Requirement: Below are some records; work out how many of their lines contain "through" and give the number only.

[Stored items]
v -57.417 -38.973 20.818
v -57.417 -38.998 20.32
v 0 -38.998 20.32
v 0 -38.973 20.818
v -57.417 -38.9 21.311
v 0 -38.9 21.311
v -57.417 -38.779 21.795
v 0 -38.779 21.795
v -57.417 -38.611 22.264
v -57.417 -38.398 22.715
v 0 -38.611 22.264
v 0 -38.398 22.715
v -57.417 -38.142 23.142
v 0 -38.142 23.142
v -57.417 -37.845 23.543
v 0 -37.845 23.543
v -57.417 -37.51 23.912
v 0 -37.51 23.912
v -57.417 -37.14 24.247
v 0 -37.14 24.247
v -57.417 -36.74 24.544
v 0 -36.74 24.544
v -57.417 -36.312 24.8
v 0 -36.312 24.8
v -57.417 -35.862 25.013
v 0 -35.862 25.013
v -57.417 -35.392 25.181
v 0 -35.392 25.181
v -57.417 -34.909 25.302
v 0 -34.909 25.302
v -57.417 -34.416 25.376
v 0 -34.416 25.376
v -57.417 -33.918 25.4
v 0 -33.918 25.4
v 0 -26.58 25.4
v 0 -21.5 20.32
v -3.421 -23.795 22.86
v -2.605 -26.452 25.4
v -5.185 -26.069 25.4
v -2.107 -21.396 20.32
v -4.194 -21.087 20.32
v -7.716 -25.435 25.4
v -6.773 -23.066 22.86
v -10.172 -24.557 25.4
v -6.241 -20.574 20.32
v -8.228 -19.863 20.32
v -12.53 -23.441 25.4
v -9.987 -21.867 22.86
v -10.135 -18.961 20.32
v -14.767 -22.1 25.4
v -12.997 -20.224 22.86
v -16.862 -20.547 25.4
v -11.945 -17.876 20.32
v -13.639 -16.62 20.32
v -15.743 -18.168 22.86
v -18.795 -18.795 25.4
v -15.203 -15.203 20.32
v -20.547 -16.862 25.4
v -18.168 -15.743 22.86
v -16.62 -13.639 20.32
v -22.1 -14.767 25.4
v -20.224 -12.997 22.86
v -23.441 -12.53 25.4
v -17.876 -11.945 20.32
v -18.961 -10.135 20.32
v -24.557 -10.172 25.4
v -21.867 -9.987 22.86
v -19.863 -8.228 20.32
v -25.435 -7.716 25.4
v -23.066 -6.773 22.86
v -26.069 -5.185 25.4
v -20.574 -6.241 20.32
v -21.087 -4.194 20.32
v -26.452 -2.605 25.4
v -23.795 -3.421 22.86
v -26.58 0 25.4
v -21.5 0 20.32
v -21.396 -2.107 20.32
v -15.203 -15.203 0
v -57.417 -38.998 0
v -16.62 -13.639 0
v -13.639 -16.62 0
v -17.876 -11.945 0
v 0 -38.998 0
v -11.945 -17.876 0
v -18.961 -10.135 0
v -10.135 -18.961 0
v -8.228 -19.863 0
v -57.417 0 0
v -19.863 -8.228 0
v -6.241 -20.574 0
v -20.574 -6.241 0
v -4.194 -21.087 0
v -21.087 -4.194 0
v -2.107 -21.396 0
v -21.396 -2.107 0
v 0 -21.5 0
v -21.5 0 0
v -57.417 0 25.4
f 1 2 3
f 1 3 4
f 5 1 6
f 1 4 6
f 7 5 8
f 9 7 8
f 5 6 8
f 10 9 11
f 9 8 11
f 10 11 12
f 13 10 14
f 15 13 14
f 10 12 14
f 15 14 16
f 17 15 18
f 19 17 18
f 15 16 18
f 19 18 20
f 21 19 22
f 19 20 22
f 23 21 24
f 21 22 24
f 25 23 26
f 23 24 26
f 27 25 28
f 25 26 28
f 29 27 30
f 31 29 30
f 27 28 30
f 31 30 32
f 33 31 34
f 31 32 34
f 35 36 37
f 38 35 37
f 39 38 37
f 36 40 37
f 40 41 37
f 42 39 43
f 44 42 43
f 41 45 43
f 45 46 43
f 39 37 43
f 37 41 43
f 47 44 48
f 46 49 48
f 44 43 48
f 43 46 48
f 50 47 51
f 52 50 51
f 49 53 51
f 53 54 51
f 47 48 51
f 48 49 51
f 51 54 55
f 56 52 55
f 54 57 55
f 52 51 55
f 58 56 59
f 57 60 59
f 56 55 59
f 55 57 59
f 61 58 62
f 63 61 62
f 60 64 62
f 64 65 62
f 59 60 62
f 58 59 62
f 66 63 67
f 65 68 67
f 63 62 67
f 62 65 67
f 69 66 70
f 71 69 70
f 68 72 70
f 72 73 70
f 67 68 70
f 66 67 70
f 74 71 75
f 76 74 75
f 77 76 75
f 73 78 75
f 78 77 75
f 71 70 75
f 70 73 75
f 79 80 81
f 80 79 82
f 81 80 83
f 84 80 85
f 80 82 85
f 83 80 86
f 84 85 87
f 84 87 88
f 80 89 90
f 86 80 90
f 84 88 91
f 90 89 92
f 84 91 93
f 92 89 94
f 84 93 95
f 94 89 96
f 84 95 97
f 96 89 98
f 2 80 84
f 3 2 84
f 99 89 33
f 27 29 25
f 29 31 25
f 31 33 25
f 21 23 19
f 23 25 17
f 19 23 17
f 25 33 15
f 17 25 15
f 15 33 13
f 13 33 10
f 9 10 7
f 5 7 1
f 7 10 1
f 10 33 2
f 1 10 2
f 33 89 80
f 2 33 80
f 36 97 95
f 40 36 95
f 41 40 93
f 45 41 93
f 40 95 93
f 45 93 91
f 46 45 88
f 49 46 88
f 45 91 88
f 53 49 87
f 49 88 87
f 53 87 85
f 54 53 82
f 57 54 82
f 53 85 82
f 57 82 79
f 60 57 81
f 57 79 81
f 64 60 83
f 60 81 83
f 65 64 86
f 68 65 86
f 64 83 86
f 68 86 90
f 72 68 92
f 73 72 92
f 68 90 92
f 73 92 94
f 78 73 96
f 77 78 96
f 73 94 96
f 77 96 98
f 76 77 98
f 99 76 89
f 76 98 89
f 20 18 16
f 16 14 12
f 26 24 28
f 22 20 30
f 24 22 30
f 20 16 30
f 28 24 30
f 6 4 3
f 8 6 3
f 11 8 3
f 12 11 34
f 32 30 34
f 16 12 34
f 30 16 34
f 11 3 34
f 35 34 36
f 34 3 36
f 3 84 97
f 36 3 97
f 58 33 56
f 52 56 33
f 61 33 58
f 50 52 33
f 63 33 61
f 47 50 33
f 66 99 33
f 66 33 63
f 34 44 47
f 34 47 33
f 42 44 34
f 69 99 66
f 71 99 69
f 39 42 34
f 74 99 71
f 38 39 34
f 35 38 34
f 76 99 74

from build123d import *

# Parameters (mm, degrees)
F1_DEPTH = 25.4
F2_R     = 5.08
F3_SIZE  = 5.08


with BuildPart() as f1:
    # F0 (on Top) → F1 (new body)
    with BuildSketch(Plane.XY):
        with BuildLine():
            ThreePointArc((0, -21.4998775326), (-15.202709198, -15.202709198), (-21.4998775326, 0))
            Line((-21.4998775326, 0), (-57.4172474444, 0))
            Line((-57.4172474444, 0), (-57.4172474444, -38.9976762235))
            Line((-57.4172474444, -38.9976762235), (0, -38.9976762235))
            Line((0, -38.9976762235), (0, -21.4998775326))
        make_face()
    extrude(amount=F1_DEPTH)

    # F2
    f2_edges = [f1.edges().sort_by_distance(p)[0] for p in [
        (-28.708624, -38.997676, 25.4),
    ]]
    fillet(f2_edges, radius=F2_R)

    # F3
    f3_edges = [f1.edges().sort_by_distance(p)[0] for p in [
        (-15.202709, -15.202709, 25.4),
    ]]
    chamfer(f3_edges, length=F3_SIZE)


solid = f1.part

--

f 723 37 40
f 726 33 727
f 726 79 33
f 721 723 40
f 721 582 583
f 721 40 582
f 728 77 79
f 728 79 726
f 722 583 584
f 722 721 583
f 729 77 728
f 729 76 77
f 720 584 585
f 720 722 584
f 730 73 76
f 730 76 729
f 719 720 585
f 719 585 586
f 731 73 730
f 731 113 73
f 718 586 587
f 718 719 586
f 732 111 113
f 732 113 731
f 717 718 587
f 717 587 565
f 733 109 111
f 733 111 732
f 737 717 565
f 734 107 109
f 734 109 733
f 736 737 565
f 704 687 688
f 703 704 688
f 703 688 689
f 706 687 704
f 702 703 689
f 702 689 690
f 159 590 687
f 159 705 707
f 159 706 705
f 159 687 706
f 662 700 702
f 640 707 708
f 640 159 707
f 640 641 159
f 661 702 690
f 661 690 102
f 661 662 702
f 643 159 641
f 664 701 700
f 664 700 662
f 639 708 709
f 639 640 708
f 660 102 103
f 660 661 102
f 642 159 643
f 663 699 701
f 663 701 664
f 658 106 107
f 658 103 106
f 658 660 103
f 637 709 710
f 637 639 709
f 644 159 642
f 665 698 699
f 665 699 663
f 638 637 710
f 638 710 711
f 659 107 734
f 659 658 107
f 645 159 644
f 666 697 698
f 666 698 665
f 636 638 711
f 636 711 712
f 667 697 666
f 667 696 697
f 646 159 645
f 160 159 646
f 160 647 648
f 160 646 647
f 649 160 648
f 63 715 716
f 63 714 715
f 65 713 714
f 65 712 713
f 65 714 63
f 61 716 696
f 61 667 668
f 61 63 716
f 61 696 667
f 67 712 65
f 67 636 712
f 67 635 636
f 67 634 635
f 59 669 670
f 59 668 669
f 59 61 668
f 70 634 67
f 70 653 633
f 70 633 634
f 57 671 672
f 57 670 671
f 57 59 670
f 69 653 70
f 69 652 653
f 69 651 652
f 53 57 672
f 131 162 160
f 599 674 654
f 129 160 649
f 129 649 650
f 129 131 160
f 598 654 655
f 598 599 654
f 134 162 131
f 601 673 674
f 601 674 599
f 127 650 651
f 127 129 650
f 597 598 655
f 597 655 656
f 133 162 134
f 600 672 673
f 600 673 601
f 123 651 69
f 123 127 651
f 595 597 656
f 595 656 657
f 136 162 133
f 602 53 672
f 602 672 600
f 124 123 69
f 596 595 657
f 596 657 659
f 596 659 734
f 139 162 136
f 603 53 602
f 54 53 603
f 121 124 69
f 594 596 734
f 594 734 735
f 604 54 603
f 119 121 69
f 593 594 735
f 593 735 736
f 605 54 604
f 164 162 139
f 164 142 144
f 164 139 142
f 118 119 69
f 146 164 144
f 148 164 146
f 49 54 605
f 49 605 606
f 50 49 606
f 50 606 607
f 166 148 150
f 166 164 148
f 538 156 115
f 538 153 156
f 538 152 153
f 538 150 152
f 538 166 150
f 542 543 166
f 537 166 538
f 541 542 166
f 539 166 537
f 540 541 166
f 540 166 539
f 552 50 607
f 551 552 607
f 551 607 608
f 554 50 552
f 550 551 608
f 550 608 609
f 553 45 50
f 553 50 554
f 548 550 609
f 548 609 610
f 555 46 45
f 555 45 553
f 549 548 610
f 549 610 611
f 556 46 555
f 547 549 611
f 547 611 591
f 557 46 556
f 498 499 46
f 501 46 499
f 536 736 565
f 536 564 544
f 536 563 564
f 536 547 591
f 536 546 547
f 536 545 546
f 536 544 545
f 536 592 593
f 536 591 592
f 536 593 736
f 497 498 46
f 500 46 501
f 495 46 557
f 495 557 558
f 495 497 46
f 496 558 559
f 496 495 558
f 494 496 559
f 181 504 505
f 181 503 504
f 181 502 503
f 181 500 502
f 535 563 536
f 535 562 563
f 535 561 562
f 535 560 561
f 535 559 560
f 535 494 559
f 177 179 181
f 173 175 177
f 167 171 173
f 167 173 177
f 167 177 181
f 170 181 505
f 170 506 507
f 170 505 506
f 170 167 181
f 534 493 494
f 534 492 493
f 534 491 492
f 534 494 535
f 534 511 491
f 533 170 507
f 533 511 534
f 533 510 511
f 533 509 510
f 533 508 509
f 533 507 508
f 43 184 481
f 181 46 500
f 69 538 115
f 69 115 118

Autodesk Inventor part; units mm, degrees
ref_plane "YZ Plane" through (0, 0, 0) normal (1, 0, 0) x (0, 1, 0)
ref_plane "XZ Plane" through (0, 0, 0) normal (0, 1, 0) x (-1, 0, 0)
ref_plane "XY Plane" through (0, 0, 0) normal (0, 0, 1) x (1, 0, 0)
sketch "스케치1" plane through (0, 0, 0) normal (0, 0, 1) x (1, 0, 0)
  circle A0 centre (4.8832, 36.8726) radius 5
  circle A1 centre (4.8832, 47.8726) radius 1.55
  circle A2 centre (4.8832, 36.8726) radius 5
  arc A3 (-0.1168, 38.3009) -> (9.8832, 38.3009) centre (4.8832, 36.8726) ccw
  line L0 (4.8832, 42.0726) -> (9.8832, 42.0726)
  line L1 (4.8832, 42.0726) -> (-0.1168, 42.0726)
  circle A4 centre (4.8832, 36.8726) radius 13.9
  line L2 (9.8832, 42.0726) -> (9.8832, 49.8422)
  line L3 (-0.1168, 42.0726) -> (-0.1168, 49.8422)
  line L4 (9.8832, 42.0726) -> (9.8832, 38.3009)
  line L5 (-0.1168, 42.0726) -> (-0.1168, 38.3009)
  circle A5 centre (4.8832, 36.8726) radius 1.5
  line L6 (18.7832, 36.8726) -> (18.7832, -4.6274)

...

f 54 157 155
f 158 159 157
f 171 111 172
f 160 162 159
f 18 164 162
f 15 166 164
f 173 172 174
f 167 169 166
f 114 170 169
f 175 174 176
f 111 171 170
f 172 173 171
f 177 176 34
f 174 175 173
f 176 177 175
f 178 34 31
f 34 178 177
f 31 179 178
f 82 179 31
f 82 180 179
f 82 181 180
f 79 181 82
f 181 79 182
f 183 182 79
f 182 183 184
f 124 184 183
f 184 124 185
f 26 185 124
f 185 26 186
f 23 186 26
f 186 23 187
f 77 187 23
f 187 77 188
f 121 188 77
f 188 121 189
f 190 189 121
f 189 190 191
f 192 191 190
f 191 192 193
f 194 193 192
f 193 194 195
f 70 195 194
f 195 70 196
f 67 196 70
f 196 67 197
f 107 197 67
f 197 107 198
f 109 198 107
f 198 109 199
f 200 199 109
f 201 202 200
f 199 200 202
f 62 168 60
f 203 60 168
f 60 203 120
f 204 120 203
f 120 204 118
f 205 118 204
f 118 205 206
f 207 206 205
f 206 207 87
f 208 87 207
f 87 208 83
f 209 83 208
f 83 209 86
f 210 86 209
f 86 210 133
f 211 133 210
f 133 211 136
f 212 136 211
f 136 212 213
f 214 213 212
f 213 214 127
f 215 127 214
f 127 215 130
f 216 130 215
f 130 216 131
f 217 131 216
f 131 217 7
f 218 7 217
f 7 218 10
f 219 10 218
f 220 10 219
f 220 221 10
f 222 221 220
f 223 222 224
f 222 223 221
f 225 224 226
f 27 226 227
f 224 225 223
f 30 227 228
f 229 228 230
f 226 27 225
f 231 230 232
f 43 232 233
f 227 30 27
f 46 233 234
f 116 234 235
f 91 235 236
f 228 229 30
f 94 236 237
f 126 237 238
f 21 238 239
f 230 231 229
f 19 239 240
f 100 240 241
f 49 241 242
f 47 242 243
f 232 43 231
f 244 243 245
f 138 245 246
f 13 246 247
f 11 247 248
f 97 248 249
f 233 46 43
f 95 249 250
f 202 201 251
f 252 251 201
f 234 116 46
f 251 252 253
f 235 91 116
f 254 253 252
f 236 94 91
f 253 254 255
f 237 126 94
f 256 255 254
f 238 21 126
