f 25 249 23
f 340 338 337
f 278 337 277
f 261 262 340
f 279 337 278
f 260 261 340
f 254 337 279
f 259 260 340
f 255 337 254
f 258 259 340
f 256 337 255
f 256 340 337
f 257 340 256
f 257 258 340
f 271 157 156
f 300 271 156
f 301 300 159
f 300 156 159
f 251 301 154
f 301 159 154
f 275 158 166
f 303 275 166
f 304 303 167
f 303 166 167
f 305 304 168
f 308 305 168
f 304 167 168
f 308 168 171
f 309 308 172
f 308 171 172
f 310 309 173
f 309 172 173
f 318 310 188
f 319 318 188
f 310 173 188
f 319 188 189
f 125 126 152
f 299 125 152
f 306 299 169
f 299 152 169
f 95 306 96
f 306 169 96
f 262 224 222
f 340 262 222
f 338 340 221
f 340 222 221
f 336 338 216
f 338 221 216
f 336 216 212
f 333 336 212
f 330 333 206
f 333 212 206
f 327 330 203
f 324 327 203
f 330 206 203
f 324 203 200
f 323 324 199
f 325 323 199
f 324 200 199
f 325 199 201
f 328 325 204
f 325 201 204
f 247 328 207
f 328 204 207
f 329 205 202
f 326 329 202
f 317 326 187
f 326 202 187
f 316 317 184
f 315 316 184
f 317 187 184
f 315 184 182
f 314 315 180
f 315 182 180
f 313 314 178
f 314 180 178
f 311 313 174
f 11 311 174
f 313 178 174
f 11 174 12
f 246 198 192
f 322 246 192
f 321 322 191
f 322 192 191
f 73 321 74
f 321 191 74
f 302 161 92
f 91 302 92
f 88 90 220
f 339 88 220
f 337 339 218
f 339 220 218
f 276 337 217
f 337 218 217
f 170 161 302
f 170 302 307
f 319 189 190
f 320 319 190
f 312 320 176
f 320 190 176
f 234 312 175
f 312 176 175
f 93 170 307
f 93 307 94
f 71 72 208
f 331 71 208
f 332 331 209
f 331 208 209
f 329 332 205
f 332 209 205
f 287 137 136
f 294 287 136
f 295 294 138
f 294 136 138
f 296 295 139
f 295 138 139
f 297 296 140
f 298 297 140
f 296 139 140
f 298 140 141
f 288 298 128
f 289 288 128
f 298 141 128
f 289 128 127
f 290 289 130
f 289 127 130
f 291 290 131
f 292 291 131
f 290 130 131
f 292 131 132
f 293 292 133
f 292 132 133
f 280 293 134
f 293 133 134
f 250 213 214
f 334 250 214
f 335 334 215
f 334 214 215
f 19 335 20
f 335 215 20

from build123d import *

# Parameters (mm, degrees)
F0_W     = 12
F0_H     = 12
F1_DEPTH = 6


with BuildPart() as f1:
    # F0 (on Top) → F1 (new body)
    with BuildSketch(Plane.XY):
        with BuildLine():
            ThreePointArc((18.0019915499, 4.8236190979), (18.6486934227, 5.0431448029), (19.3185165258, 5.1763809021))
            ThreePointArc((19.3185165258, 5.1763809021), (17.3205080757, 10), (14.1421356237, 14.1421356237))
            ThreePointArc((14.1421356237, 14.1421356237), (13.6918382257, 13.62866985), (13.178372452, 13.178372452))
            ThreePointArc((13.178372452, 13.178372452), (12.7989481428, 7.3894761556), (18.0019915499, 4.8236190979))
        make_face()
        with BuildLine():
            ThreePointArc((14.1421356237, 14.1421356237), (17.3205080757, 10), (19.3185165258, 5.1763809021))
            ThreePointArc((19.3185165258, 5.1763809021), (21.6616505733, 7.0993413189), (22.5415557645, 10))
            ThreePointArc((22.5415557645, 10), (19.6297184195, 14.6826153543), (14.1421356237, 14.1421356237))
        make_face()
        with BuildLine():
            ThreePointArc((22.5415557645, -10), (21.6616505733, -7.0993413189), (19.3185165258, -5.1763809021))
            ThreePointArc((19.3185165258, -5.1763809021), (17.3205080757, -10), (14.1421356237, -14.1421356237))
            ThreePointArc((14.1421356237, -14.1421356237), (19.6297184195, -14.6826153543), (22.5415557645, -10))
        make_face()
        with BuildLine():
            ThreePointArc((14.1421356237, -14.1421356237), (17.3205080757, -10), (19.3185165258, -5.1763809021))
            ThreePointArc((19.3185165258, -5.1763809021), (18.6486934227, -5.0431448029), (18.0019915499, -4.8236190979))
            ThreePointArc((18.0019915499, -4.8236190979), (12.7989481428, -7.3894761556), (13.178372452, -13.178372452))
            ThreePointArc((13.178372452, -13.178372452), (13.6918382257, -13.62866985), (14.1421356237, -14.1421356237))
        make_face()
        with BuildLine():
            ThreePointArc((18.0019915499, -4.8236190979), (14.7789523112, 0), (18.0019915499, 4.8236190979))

Exercise solution: 4